A Revised Classification Algorithm for Assessing Emergency Department Visit Severity of Populations

Klaus W. Lemke, PhD; Kiemanh Pham, MD, MPH; Debra M. Ravert, MD; and Jonathan P. Weiner, DrPH
An updated emergency visit classification tool enables managers to make valid inferences about levels of appropriateness of emergency department utilization and healthcare needs within a population.
ABSTRACT

Objectives:
Analyses of emergency department (ED) use require visit classification algorithms based on administrative data.

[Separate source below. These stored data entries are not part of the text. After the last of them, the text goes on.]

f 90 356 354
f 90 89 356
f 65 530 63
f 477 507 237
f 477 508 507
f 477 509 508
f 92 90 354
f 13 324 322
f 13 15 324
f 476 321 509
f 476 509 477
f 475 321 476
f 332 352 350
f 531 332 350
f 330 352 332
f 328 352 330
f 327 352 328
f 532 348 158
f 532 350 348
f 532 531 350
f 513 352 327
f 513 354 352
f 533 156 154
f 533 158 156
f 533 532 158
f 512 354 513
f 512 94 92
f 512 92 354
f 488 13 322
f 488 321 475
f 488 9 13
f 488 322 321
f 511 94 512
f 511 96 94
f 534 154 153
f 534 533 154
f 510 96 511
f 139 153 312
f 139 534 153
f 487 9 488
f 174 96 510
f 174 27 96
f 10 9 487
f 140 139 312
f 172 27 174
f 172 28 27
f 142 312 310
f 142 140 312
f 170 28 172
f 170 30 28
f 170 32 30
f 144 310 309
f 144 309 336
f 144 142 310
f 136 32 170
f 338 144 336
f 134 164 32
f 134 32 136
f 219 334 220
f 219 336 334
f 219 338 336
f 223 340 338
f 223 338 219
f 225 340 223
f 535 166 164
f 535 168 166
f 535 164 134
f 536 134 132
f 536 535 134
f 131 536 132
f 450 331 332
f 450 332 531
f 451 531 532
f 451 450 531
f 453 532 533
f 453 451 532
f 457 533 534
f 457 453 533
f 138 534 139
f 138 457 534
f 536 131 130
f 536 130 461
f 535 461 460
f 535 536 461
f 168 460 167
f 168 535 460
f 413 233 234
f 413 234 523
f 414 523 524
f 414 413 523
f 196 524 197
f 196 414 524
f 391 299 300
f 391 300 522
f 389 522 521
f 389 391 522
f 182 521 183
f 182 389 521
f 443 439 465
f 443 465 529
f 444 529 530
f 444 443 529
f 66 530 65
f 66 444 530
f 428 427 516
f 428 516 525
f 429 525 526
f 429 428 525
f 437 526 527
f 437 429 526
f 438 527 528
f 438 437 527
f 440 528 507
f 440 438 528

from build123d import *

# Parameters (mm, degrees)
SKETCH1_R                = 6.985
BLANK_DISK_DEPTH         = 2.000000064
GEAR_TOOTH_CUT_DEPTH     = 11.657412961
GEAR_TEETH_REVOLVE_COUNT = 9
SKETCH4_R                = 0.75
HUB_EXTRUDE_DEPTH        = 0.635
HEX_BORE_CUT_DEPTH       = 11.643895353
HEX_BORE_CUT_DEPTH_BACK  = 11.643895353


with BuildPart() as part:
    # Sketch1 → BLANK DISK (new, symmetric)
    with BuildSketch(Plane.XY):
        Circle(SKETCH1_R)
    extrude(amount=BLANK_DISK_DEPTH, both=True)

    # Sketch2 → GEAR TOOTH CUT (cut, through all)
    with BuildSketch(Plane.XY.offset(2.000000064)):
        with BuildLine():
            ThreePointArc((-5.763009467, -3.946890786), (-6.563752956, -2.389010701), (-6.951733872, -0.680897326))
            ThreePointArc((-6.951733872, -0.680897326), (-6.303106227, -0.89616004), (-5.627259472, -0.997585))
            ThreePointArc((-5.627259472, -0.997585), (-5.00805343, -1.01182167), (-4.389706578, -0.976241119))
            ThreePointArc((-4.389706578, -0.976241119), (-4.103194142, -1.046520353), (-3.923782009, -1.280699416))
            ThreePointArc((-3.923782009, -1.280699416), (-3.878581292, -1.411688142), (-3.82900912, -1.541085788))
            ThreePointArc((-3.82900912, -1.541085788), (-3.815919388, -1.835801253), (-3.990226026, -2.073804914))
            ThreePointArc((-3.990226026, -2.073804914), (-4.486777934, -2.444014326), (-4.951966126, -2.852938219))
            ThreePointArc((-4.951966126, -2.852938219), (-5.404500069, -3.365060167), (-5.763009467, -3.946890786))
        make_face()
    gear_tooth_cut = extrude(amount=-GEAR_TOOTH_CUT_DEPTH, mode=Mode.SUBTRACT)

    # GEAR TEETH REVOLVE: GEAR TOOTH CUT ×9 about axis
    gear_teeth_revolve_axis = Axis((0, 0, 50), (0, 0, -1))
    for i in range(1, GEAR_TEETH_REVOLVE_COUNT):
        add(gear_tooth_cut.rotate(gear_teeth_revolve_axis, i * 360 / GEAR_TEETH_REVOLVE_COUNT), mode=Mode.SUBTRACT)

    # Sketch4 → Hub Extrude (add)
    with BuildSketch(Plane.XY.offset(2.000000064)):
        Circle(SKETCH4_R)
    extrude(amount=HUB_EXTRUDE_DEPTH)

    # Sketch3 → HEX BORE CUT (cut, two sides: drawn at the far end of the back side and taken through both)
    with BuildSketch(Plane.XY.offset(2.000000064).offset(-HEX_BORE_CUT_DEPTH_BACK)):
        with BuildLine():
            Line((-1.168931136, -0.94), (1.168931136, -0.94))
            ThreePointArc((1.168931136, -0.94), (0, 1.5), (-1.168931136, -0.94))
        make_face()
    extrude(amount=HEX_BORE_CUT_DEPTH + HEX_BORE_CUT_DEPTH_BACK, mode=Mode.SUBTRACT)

Our objectives were to present an expanded and revised version of an existing algorithm and to use this tool to characterize patterns of ED use across US hospitals and within a large sample of health plan enrollees.

Study Design: Observational study using National Hospital Ambulatory Medical Care Survey ED public use files and hospital billing data for a health plan cohort.

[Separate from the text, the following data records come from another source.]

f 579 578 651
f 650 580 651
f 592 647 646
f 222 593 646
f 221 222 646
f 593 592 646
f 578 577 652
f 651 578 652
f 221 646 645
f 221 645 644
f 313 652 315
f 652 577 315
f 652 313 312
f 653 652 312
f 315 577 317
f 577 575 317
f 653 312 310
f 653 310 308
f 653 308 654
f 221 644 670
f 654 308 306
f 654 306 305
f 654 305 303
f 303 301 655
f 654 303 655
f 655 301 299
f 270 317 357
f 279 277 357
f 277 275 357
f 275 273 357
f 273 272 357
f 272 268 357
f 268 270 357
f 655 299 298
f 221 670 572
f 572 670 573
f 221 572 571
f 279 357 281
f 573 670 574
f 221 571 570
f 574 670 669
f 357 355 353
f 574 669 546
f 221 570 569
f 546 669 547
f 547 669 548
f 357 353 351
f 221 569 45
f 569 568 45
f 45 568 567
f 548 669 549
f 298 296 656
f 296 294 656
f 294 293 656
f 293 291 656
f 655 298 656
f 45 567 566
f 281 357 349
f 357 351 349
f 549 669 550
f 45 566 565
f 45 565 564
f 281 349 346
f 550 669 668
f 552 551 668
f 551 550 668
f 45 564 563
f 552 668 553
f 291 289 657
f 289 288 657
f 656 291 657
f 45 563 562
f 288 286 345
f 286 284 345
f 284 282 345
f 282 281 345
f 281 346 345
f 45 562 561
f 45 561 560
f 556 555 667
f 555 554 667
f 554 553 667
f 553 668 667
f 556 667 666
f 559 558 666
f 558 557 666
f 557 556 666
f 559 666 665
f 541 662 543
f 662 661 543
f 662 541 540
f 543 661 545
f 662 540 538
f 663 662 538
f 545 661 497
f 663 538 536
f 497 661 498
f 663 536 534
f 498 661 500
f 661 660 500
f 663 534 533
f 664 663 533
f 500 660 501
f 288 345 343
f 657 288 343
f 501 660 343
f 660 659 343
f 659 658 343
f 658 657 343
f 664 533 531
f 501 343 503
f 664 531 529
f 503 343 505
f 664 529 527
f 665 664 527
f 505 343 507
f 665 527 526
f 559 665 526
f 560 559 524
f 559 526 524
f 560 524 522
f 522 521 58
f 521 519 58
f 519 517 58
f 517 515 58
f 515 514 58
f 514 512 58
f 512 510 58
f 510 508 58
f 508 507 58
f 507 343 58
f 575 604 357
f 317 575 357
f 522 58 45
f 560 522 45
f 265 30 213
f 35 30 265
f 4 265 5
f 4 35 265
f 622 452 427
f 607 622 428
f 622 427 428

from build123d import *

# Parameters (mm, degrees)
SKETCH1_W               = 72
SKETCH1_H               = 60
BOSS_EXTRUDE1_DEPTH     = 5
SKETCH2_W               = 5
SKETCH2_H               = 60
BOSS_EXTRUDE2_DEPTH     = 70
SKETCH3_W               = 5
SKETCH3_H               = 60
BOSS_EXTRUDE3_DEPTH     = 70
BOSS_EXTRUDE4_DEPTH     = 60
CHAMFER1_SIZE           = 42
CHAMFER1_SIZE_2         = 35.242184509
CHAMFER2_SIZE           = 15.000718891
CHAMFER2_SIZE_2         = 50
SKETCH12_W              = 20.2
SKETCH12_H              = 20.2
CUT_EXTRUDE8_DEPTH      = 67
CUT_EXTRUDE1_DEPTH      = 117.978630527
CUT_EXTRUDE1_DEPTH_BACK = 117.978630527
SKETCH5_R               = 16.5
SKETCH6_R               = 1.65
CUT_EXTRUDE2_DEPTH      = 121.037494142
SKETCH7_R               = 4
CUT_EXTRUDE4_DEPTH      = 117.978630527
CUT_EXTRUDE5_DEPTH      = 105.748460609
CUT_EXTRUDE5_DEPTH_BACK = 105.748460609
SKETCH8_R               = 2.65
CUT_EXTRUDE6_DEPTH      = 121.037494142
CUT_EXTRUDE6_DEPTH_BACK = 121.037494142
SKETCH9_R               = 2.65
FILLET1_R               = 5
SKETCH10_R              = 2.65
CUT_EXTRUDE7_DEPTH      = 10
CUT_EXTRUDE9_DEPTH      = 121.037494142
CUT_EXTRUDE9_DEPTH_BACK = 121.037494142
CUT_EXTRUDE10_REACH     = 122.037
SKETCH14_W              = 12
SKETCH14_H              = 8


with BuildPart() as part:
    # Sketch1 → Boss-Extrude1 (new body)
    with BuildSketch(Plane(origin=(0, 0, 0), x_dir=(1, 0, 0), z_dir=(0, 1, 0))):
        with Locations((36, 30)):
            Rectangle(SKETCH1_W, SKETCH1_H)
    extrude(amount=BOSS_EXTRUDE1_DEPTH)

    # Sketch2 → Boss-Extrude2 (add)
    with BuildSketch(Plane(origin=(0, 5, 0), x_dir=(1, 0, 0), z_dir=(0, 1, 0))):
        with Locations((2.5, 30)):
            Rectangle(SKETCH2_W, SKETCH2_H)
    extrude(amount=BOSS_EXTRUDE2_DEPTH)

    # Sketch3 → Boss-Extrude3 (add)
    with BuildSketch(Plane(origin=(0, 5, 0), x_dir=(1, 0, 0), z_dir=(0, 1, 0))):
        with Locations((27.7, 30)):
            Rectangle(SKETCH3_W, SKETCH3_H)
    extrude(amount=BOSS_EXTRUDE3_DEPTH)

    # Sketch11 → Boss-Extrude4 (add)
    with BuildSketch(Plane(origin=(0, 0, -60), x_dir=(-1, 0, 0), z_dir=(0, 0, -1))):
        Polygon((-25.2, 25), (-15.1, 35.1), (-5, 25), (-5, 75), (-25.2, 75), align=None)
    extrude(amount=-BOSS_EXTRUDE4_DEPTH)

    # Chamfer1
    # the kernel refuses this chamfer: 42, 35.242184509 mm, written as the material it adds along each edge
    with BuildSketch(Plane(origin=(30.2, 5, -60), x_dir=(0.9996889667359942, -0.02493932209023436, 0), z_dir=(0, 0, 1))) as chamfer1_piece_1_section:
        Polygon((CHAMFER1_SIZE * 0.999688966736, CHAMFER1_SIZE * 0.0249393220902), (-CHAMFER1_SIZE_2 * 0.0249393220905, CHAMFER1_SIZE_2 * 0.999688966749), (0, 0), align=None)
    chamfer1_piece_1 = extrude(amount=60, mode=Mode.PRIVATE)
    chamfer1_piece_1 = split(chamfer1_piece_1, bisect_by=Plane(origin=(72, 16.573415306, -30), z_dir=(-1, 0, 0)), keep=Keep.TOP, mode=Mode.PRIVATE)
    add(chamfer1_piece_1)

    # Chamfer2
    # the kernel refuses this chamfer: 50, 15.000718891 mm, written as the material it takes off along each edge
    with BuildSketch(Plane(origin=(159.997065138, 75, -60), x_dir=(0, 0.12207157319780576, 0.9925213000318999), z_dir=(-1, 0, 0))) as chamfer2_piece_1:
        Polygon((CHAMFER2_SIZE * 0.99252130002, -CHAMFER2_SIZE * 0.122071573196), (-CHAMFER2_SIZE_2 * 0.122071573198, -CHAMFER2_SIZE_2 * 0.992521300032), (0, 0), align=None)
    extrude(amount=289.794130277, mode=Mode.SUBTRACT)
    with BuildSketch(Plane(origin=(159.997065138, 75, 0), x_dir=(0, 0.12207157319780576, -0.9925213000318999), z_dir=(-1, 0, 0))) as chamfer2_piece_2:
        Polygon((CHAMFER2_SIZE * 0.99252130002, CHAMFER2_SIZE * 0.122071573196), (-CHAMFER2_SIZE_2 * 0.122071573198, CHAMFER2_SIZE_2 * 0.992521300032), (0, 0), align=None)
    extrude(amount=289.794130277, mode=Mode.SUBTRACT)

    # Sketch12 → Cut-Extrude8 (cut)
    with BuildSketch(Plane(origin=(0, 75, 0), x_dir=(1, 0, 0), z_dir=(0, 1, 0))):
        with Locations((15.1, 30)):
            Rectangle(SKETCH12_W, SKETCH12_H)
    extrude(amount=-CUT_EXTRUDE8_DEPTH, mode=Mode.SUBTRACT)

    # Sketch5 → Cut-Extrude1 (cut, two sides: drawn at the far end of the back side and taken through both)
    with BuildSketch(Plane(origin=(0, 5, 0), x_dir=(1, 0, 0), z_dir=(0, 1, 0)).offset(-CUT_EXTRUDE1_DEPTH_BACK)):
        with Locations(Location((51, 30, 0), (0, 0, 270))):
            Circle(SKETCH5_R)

Methods: Our Johns Hopkins University (JHU) team classified many uncategorized diagnosis codes into existing New York University Emergency Department Algorithm (NYU-EDA) categories and added 3 severity levels to the injury category. We termed this new algorithm the NYU/JHU-EDA. We then compared visit distributions across these 2 algorithms and 2 other previous revised versions of the NYU-EDA using our 2 data sources.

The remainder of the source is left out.